I was talking to my Aunt on the phone the other day and she was telling me about her friend who's got pg naturally at 50!!! (She wasn't trying) Apparently they had quite a laugh coz her friend told her how she was lying awake in bed with her husband waiting for their 20 year old to come home from a night out, and she said to her husband you do realise we'll be 70 when we're doing this for the next one! :rofl:


----------



## Tinarenne

Hi Ladies!! New to this site and just wanted say how nice it is to see other women over 40 TTC!! I had my first trigger shot last week and I am in the 2ww. Wanted to know if you all had any success with the trigger shot?


----------



## serendippy

This thread is a real morale booster i have to say..when u think uve got no hope u can just read this and think yay im still in with a chance xxxx


----------



## Kitty Cat

Hi all, 

Ive only just joined this site and I was reading through the 'over 40's' section and feeling rather disheartened. Then I saw this one and I felt sooooo much better. I'm newly married (5 months) and we decided in the New Year to have a baby of our own (I've two already 24 and 20). Thanks for something positive. :thumbup:


----------



## ThorsMum

This was just what I needed to read today! Thanks for sharing. We're meeting with a new accupuncturist who specializes in fertility on Monday, and it's good to feel hopeful again.


----------



## mumoffive

Guess i fit the stats at 43. Goodluck to everyone! x


----------



## heavenly

Thanks for the positivity, I was 45 yesterday, TTC our first, OH is 34. Good luck everyone! xxx


----------



## heavenly

Well i'm still here!!!

But my best friend had her daughter at the age of 42, it took her 2 years, and it was natural. So there is hope! xx


----------



## maybethisit

heavenly said:


> Well i'm still here!!!
> 
> But my best friend had her daughter at the age of 42, it took her 2 years, and it was natural. So there is hope! xx

Good luck :hugs: :hugs: xxx


----------



## marathongirl

Hi! just dropping in from ttc over 35. This is more my speed as I'm 42. So happy to read this thread. It gives me new hope. Dh and I were married in Aug./2011 had a MMC at 12 weeks in Nov.2011. Just starting to feel like my cycle is returning to normal so hopefully we will all get our BFP soon! I would really recommend acupuncture and herbs for those of us that are over 40,it just gives our bodies that little extra boost! Baby dust to all!


----------



## Garnet

Good luck ladies


----------



## Just_married

Thank you for this thread...I'm now subscribed to it so when I feel down I will have another read and stop feeling sorry for myself lol x


----------



## marathongirl

Just_married said:


> Thank you for this thread...I'm now subscribed to it so when I feel down I will have another read and stop feeling sorry for myself lol x

Welcome! I feel the same way. This thread gives us all hope! I am currently cd11 3-4 days until o. Hopefully this is our month. Good luck:flower:


----------



## Nina12

Baby dust everyone, 

I am struggling with staying focused. Is this enxiety or obsession all I want to do is search about TTC all day-night long. So that might be addiction, lol

41 Yrs old,Just begun TTC few months ago then AF became absent right after,which is now 3 months in a row. I thought I was prego at first because that was my first try,but I was not Preg. 
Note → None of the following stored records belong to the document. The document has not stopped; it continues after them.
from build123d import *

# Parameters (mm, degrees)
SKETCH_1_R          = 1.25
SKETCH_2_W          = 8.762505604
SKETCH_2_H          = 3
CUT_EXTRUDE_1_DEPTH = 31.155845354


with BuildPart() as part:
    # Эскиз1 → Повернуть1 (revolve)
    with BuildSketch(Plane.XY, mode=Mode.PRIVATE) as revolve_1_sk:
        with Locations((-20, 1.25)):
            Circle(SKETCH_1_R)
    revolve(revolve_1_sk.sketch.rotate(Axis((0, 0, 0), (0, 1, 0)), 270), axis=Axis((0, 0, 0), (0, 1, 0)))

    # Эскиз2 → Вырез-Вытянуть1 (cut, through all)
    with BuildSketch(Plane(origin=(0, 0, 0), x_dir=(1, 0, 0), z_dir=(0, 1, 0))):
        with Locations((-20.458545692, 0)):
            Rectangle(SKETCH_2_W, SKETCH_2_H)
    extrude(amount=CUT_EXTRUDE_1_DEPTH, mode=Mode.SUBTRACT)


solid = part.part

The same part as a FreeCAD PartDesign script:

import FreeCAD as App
import Part
import Sketcher
Q = App.Units.Quantity


def add_polygon(sketch, points):
    """Adds a closed chain of lines whose ends are joined by coincident constraints."""
    first, n = sketch.GeometryCount, len(points)
    for a, b in zip(points, points[1:] + points[:1]):
        sketch.addGeometry(Part.LineSegment(App.Vector(*a, 0), App.Vector(*b, 0)), False)
    for i in range(n):
        sketch.addConstraint(Sketcher.Constraint("Coincident", first + i, 2, first + (i + 1) % n, 1))

doc = App.newDocument("Part")
body = doc.addObject("PartDesign::Body", "Body")

# Sketch on XY plane
sketch1 = doc.addObject("Sketcher::SketchObject", "Sketch")
body.addObject(sketch1)
sketch1.AttachmentSupport = (doc.XY_Plane, [""])
sketch1.MapMode = "FlatFace"
sketch1.addGeometry(Part.Circle(App.Vector(-20, 1.2, 0), App.Vector(0, 0, 1), 1.2), False)
sketch1.addConstraint([
    Sketcher.Constraint("Diameter", 0, Q("2.5 mm")),
    Sketcher.Constraint("DistanceX", 0, 3, -1, 1, Q("20 mm")),
    Sketcher.Constraint("DistanceY", -1, 1, 0, 3, Q("1.25 mm")),
])
revolution = doc.addObject("PartDesign::Revolution", "Revolution")
body.addObject(revolution)
revolution.Profile = sketch1
revolution.ReferenceAxis = (sketch1, ["V_Axis"])
revolution.Angle = 360

# Sketch on XZ plane
sketch2 = doc.addObject("Sketcher::SketchObject", "Sketch001")
body.addObject(sketch2)
sketch2.AttachmentSupport = (doc.XZ_Plane, [""])
sketch2.MapMode = "FlatFace"
add_polygon(sketch2, [(-24.8, -1.5), (-24.8, 1.5), (-16.1, 1.5), (-16.1, -1.5)])  # lines 0-3
sketch2.addConstraint([
    Sketcher.Constraint("Vertical", 0),
    Sketcher.Constraint("Horizontal", 1),
    Sketcher.Constraint("Vertical", 2),
    Sketcher.Constraint("Horizontal", 3),
    Sketcher.Constraint("DistanceY", 0, 1, 0, 2, Q("3 mm")),
    Sketcher.Constraint("DistanceY", -1, 1, 0, 2, Q("1.5 mm")),
    Sketcher.Constraint("DistanceX", 0, 2, -1, 1, Q("24.839798 mm")),
    Sketcher.Constraint("DistanceX", 1, 1, 1, 2, Q("8.762506 mm")),
])
pocket1 = doc.addObject("PartDesign::Pocket", "Pocket")
body.addObject(pocket1)
pocket1.Profile = sketch2
pocket1.Type = "ThroughAll"

doc.recompute()
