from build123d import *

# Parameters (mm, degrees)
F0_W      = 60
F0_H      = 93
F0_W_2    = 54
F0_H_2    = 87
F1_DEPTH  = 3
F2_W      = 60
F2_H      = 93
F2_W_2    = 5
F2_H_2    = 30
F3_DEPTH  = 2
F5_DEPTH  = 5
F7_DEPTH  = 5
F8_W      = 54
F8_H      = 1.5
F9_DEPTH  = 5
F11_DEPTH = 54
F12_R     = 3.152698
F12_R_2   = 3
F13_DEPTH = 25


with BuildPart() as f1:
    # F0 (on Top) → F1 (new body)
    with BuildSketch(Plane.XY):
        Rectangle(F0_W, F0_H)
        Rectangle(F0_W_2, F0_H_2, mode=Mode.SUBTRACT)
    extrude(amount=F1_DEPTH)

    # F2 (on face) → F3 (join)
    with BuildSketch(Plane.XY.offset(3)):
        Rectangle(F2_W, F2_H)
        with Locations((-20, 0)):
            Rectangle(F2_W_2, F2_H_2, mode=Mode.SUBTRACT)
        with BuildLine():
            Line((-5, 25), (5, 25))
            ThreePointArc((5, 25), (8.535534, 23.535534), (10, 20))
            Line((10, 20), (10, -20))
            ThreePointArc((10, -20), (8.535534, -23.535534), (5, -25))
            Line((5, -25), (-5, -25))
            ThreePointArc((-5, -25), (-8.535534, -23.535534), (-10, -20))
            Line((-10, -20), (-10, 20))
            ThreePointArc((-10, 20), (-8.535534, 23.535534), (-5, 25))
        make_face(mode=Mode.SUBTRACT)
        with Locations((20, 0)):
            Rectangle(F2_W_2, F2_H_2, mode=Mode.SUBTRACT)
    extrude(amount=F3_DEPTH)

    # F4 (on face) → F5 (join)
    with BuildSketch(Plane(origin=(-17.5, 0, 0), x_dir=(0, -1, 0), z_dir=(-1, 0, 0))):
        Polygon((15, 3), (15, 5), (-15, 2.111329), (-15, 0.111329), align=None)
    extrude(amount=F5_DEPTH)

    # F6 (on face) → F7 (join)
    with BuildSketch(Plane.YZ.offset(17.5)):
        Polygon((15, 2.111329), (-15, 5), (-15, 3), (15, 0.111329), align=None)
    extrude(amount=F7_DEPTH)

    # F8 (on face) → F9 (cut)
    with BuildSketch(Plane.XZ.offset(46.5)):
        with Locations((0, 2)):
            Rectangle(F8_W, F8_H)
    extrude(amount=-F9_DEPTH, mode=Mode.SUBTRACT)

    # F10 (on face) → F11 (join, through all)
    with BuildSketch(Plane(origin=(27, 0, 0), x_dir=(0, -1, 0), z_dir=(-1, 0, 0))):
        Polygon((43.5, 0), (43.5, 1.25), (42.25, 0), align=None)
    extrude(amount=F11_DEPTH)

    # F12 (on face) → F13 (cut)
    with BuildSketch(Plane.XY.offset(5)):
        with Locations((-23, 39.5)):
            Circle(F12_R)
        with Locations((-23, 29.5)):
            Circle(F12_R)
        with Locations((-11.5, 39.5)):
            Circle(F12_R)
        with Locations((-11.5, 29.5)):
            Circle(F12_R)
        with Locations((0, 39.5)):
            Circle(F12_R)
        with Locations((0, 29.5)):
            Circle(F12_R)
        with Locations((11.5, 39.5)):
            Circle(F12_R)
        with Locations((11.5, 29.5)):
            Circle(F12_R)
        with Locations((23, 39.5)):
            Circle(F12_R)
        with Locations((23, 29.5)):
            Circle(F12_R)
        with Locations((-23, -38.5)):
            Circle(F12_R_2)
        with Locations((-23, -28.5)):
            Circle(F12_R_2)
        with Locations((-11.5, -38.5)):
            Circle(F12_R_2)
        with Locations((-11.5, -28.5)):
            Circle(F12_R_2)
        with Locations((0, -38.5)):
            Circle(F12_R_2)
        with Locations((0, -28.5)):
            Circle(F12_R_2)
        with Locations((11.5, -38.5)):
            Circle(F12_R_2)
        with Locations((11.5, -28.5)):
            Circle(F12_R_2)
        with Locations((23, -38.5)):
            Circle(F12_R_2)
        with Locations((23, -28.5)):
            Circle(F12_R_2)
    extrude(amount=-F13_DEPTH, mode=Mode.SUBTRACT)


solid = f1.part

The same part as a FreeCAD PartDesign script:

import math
import FreeCAD as App
import Part
import Sketcher
Q = App.Units.Quantity

doc = App.newDocument("Part")
body = doc.addObject("PartDesign::Body", "Body")

# Sketch on XY plane
sketch1 = body.newObject("Sketcher::SketchObject", "Sketch")
sketch1.AttachmentSupport = (doc.getObject("XY_Plane"), [""])
sketch1.MapMode = "FlatFace"
sketch1.addGeometry([
    Part.LineSegment(App.Vector(-30, 46, 0), App.Vector(-30, -46, 0)),  # 0
    Part.LineSegment(App.Vector(-30, -46, 0), App.Vector(30, -46, 0)),  # 1
    Part.LineSegment(App.Vector(30, -46, 0), App.Vector(30, 46, 0)),  # 2
    Part.LineSegment(App.Vector(30, 46, 0), App.Vector(-30, 46, 0)),  # 3
    Part.LineSegment(App.Vector(27, -44, 0), App.Vector(-27, -44, 0)),  # 4
    Part.LineSegment(App.Vector(-27, -44, 0), App.Vector(-27, 44, 0)),  # 5
    Part.LineSegment(App.Vector(-27, 44, 0), App.Vector(27, 44, 0)),  # 6
    Part.LineSegment(App.Vector(27, 44, 0), App.Vector(27, -44, 0)),  # 7
], False)
sketch1.addConstraint([
    Sketcher.Constraint("Coincident", 0, 2, 1, 1),
    Sketcher.Constraint("Coincident", 1, 2, 2, 1),
    Sketcher.Constraint("Coincident", 2, 2, 3, 1),
    Sketcher.Constraint("Coincident", 3, 2, 0, 1),
    Sketcher.Constraint("Coincident", 4, 2, 5, 1),
    Sketcher.Constraint("Coincident", 5, 2, 6, 1),
    Sketcher.Constraint("Coincident", 6, 2, 7, 1),
    Sketcher.Constraint("Coincident", 7, 2, 4, 1),
    Sketcher.Constraint("Vertical", 0),
    Sketcher.Constraint("Horizontal", 1),
    Sketcher.Constraint("Vertical", 2),
    Sketcher.Constraint("Horizontal", 3),
    Sketcher.Constraint("Horizontal", 4),
    Sketcher.Constraint("Vertical", 5),
    Sketcher.Constraint("Horizontal", 6),
    Sketcher.Constraint("Vertical", 7),
    Sketcher.Constraint("Symmetric", 0, 2, 2, 2, -1, 1),
    Sketcher.Constraint("Symmetric", 4, 2, 6, 2, -1, 1),
    Sketcher.Constraint("DistanceX", 1, 1, 1, 2, 60.0),
    Sketcher.Constraint("DistanceX", 4, 2, 4, 1, 54.0),
    Sketcher.Constraint("DistanceY", 0, 2, 0, 1, 93.0),
    Sketcher.Constraint("DistanceY", 5, 1, 5, 2, 87.0),
])
pad1 = body.newObject("PartDesign::Pad", "Pad")
pad1.Profile = sketch1
pad1.Length = 3
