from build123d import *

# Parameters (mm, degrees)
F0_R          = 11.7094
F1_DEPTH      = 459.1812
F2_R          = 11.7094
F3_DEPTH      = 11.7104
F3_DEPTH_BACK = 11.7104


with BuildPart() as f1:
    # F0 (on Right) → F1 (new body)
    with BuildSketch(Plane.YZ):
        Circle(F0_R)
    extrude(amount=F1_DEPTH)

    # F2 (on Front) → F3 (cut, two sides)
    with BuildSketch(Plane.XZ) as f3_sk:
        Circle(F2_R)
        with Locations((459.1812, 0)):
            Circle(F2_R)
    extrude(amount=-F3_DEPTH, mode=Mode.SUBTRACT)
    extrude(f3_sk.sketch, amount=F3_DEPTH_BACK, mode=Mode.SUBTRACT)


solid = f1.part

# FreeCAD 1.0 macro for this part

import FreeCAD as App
import Part
import Sketcher
Q = App.Units.Quantity

doc = App.newDocument("Part")
body = doc.addObject("PartDesign::Body", "Body")

# Sketch on YZ plane
sketch1 = doc.addObject("Sketcher::SketchObject", "Sketch")
body.addObject(sketch1)
sketch1.AttachmentSupport = (doc.YZ_Plane, [""])
sketch1.MapMode = "FlatFace"
sketch1.addGeometry(Part.Circle(App.Vector(0, 0, 0), App.Vector(0, 0, 1), 12), False)
sketch1.addConstraint([
    Sketcher.Constraint("Coincident", 0, 3, -1, 1),
    Sketcher.Constraint("Diameter", 0, Q("0.922 in")),
])
pad1 = doc.addObject("PartDesign::Pad", "Pad")
body.addObject(pad1)
pad1.Profile = sketch1
pad1.Length = Q("18.078 in")

# Sketch on XZ plane
sketch2 = doc.addObject("Sketcher::SketchObject", "Sketch001")
body.addObject(sketch2)
sketch2.AttachmentSupport = (doc.XZ_Plane, [""])
sketch2.MapMode = "FlatFace"
sketch2.addGeometry([
    Part.Circle(App.Vector(0, 0, 0), App.Vector(0, 0, 1), 12),
    Part.Circle(App.Vector(459, 0, 0), App.Vector(0, 0, 1), 12),
], False)
sketch2.addConstraint([
    Sketcher.Constraint("Coincident", 0, 3, -1, 1),
    Sketcher.Constraint("Equal", 0, 1),
    Sketcher.Constraint("PointOnObject", 1, 3, -1),
    Sketcher.Constraint("Diameter", 0, Q("0.922 in")),
    Sketcher.Constraint("DistanceX", -1, 1, 1, 3, Q("18.078 in")),
])
pocket1 = doc.addObject("PartDesign::Pocket", "Pocket")
body.addObject(pocket1)
pocket1.Profile = sketch2
pocket1.Type = "ThroughAll"
pocket1.Midplane = True

doc.recompute()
Has anyone taken Dong quai? and does anyone know if it is safe to take with baby asprin?


----------



## marathongirl

Nina- I would ask a qualified TCM professional. They are the ones that prescribe the herbs and would know how they would react with other things.


----------



## Elski

I see lots and lots and lots of women 35+, some IVF but most natural. I see a good number of 40+ women too, again, mostly natural (I'm a midwife). The oldest woman I've worked with was 50 and she'd been trying 12 years and got her BFP in the end :thumbup:


----------



## marathongirl

Elski said:


> I see lots and lots and lots of women 35+, some IVF but most natural. I see a good number of 40+ women too, again, mostly natural (I'm a midwife). The oldest woman I've worked with was 50 and she'd been trying 12 years and got her BFP in the end :thumbup:

Thanks so much Elski. That does give us all hope. I really believe health has a lot to do with it and my doc says I'm the healthiest 42 y old he's ever seen! Here's to all of our BFP's:happydance:


----------



## heavenly

Absolutely!

I have just turned 46, I don't smoke or drink and my FSH is 6.4 and Clomid is working for me on my first cycle so my insides haven't given up the ghost just yet!!! :winkwink:

We can do it ladies!!


----------



## marathongirl

heavenly said:


> Absolutely!
> 
> I have just turned 46, I don't smoke or drink and my FSH is 6.4 and Clomid is working for me on my first cycle so my insides haven't given up the ghost just yet!!! :winkwink:
> 
> We can do it ladies!!

Yay Heavenly!:flower: You truly are an inspiration. I just spent yesterday with a friends newborn(3 days old) I can't believe how amazing it was to hold her. I know we can do it!!:happydance:


----------



## heavenly

marathongirl said:


> heavenly said:
> 
> 
> Absolutely!
> 
> I have just turned 46, I don't smoke or drink and my FSH is 6.4 and Clomid is working for me on my first cycle so my insides haven't given up the ghost just yet!!! :winkwink:
> 
> We can do it ladies!!
> 
> Yay Heavenly!:flower: You truly are an* inspiration*. I just spent yesterday with a friends newborn(3 days old) I can't believe how amazing it was to hold her. I know we can do it!!:happydance:Click to expand...

I don't think so.....:wacko:...but I try and stay positive. :winkwink:

My best mate who is 43 this year, had her little girl a year ago, it took her 2 years and I am her daughter's god mother and she is absolutely adorable. It was hard when I found out my best mate was pregnant, as I didn't feel the odd one out as we were both the same, in the same boat as it were....so it was tough, but I didn't let it show, and I love being with my god daughter, they don't live locally so I make the most of the time I do get with her. I need to get pregnant soon so they can both be best mates as well!!! :blush:


----------



## marathongirl

Heavenly- we will get preggo together. You need to believe it! Just stay positive and imagine it happening.Someone told me before I got my last BFP(miscarriage at 12 weeks) to go out and buy some baby clothes so I could start believing that it was going to happen. Well I bought the cutest little jacket from my favorite place and lo and behold I got my BFP. I know it ended with a miscarriage but it opened my mind to the possibility of it happening.


----------



## heavenly

marathongirl said:


> Heavenly- we will get preggo together. You need to believe it! Just stay positive and imagine it happening.Someone told me before I got my last BFP(miscarriage at 12 weeks) to go out and buy some baby clothes so I could start believing that it was going to happen. Well I bought the cutest little jacket from my favorite place and lo and behold I got my BFP. I know it ended with a miscarriage but it opened my mind to the possibility of it happening.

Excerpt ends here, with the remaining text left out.